Using Machine Learning for Nutrient Content Detection of Aquaponics-Grown Plants Based on Spectral Data

Abstract

Nutrients derived from fish feed are insufficient for optimal plant growth in aquaponics; therefore, they need to be supplemented. Thus, estimating the amount of supplementation needed can be achieved by looking at the nutrient contents of the plant. This study aims to develop trustworthy machine learning models to estimate the nitrogen (N), phosphorus (P), and potassium (K) contents of aquaponically grown lettuce. A FieldSpec4, Pro FR portable spectroradiometer (ASD Inc., Analytical Spectral Devices Boulder, Boulder, CO, USA) was used to measure leaf reflectance spectra, and 128 lettuce seedlings given four NPK treatments were used for spectra acquisition and total NPK estimation. Principal component analysis (PCA), genetic algorithms (GA), and sequential forward selection (SFS) were applied to select the optimal wavebands.
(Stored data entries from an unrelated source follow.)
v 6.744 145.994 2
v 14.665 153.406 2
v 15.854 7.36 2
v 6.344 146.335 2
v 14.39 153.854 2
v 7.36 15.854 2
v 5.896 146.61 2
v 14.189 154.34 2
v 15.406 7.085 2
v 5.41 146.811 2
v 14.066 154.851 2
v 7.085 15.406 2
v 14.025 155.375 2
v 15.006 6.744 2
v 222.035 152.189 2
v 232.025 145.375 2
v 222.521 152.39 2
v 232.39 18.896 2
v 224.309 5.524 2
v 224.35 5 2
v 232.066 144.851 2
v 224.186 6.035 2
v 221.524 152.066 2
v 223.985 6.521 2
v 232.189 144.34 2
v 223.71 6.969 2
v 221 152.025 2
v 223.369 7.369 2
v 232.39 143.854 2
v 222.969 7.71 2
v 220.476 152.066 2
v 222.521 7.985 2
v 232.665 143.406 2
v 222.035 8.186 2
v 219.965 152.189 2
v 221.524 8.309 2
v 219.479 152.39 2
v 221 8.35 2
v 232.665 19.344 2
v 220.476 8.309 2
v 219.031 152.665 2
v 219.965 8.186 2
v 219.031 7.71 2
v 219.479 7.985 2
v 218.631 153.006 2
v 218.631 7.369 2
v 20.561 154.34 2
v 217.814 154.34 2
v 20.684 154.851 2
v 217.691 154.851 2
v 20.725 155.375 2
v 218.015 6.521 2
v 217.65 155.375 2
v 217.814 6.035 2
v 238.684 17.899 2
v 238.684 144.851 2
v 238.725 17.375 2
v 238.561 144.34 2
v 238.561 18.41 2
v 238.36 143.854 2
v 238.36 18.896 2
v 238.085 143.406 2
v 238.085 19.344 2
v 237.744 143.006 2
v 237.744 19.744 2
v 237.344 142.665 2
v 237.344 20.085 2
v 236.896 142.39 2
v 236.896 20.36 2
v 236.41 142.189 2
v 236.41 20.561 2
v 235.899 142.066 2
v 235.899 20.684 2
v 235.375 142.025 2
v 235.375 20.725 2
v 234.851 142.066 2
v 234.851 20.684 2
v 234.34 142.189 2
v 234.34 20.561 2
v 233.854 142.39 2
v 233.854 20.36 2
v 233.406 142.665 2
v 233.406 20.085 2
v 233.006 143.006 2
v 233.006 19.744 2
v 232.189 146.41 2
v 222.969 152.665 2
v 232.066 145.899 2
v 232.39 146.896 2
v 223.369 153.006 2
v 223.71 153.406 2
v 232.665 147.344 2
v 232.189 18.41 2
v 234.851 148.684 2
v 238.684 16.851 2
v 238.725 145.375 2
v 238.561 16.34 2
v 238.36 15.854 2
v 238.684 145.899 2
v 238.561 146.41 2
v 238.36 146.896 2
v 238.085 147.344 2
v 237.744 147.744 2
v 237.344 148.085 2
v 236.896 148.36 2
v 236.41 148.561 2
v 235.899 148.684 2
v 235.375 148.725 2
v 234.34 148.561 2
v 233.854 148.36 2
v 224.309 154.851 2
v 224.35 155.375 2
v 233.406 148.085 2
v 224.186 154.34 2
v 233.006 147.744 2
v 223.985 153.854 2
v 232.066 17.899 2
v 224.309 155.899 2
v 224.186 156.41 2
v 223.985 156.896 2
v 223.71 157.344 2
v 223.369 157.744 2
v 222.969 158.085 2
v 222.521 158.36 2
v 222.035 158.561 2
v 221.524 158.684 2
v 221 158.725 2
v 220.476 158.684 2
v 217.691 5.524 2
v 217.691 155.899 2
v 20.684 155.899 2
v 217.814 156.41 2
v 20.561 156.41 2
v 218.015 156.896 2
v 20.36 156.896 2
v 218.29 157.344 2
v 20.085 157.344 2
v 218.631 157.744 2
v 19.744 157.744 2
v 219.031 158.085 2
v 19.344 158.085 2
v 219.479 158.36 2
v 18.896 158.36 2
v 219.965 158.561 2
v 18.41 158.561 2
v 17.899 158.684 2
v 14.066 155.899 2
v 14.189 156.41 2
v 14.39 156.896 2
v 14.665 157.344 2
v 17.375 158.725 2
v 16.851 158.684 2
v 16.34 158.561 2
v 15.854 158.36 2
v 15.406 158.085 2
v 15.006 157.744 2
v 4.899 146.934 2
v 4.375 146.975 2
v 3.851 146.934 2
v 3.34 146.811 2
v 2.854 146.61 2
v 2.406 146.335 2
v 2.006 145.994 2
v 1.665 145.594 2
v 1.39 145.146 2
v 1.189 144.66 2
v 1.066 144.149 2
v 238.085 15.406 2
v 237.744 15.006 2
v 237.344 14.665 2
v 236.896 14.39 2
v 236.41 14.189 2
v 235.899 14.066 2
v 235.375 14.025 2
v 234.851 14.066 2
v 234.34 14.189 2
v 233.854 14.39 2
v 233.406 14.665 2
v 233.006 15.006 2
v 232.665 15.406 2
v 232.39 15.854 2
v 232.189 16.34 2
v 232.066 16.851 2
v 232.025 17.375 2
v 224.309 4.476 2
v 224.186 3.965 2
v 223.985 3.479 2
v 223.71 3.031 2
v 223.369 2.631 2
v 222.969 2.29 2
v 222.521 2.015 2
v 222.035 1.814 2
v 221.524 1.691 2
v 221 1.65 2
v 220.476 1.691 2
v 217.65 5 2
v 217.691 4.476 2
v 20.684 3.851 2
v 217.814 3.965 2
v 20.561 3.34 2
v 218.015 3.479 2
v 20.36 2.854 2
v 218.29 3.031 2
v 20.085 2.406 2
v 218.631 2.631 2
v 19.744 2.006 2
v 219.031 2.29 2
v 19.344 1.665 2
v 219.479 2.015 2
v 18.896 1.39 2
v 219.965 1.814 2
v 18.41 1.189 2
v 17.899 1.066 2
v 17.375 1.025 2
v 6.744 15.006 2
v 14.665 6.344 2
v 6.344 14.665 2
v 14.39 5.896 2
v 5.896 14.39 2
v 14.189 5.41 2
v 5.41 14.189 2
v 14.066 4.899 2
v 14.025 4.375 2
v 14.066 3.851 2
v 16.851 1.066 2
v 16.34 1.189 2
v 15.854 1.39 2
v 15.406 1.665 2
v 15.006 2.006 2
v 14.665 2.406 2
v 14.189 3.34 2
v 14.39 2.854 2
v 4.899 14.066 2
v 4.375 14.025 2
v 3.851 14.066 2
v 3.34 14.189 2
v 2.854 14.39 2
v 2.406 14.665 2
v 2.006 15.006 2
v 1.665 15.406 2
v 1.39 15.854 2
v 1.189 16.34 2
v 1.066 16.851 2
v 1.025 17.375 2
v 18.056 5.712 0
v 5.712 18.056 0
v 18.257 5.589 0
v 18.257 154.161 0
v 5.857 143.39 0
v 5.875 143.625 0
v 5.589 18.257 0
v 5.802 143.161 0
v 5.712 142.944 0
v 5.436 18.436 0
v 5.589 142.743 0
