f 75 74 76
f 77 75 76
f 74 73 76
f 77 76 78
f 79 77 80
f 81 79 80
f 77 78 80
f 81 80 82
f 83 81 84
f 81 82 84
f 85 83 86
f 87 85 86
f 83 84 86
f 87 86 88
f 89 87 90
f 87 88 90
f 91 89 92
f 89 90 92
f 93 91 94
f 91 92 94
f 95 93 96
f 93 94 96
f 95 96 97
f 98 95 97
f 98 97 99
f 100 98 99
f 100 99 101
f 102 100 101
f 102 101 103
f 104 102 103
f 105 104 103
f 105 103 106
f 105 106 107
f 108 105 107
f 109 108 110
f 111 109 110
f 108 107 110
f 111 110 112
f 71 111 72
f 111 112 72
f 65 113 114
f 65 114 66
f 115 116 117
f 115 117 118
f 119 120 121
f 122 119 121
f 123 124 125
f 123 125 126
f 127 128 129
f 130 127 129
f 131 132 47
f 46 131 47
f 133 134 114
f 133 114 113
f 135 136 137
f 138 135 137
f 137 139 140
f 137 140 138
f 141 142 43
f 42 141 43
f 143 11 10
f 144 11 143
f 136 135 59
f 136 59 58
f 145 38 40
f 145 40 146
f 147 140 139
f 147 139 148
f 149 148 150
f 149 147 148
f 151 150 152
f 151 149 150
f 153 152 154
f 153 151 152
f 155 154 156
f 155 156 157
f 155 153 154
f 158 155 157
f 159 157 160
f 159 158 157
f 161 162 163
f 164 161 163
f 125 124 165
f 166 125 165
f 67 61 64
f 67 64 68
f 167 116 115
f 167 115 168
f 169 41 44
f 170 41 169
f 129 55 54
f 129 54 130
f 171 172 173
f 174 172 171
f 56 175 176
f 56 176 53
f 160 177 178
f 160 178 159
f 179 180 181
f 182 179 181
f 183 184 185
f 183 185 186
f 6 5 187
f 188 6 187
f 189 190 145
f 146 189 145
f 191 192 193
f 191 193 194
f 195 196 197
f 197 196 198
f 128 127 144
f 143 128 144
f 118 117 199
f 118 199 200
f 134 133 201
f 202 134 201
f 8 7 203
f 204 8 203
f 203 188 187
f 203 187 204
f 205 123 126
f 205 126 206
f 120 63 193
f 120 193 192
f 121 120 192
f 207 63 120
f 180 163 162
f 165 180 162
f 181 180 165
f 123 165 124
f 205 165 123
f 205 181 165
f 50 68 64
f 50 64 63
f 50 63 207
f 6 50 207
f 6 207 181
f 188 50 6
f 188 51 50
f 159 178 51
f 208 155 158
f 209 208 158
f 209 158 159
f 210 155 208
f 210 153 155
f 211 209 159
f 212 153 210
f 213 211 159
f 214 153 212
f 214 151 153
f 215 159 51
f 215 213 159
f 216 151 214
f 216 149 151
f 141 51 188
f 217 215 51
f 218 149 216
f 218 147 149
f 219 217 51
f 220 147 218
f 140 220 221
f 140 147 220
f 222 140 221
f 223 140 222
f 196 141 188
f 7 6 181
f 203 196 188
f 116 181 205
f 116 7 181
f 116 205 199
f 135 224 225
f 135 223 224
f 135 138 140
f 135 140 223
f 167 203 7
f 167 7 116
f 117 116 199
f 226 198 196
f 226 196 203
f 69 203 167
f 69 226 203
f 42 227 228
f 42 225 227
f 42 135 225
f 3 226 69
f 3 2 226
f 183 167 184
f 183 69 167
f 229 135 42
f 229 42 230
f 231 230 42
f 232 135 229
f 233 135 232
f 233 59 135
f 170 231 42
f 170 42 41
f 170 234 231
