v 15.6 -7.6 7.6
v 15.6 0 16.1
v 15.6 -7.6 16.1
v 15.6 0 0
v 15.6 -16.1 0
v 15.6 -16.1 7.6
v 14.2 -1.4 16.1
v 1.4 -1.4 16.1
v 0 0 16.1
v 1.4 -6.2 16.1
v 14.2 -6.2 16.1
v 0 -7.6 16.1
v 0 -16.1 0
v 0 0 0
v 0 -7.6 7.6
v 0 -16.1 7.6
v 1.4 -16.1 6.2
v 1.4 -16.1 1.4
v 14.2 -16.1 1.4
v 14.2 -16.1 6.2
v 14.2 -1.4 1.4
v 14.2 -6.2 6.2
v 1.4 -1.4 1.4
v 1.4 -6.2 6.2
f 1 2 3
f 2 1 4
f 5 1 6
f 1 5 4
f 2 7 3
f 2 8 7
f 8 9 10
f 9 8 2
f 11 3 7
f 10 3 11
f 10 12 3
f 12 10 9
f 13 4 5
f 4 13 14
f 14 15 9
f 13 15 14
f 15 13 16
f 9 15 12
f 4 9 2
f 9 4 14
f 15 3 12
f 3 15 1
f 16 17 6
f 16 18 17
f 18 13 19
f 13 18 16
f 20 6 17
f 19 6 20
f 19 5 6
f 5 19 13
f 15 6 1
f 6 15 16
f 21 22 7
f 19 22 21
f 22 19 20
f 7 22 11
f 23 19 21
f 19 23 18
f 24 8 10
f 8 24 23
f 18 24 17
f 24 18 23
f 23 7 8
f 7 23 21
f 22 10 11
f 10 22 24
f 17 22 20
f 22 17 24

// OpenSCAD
// 12.8 x 4.8
a = 12.8;
b = 4.8;
c = 10+b;
p = 1.4; // pad 

difference() {
    ap = a+2*p;
    bp = b+2*p;
    cp = c+p-0.1;
    union(){
    translate([0,-b-2*p,0]) rotate([0,0,0]) cube([ap,bp,cp]);
    translate([0,0,0]) rotate([90,0,0]) cube([ap,bp,cp]);
    }
    
    translate([p,-p,p])
    union(){
    translate([0,-b,0]) rotate([0,0,0]) cube([a,b,c]);
    translate([0,0,0]) rotate([90,0,0]) cube([a,b,c]);
    }

}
Partial least squares regression (PLSR), back-propagation neural network (BPNN), and random forest (RF) approaches were used to develop the predictive models of NPK contents using the selected optimal wavelengths. Good and significantly correlated predictive accuracy was obtained in comparison with the laboratory-measured freshly cut lettuce leaves with R2 ≥ 0.94. The proposed approach provides a pathway toward automatic nutrient estimation of aquaponically grown lettuce. Consequently, aquaponics will become more intelligent, and will be adopted as a precision agriculture technology.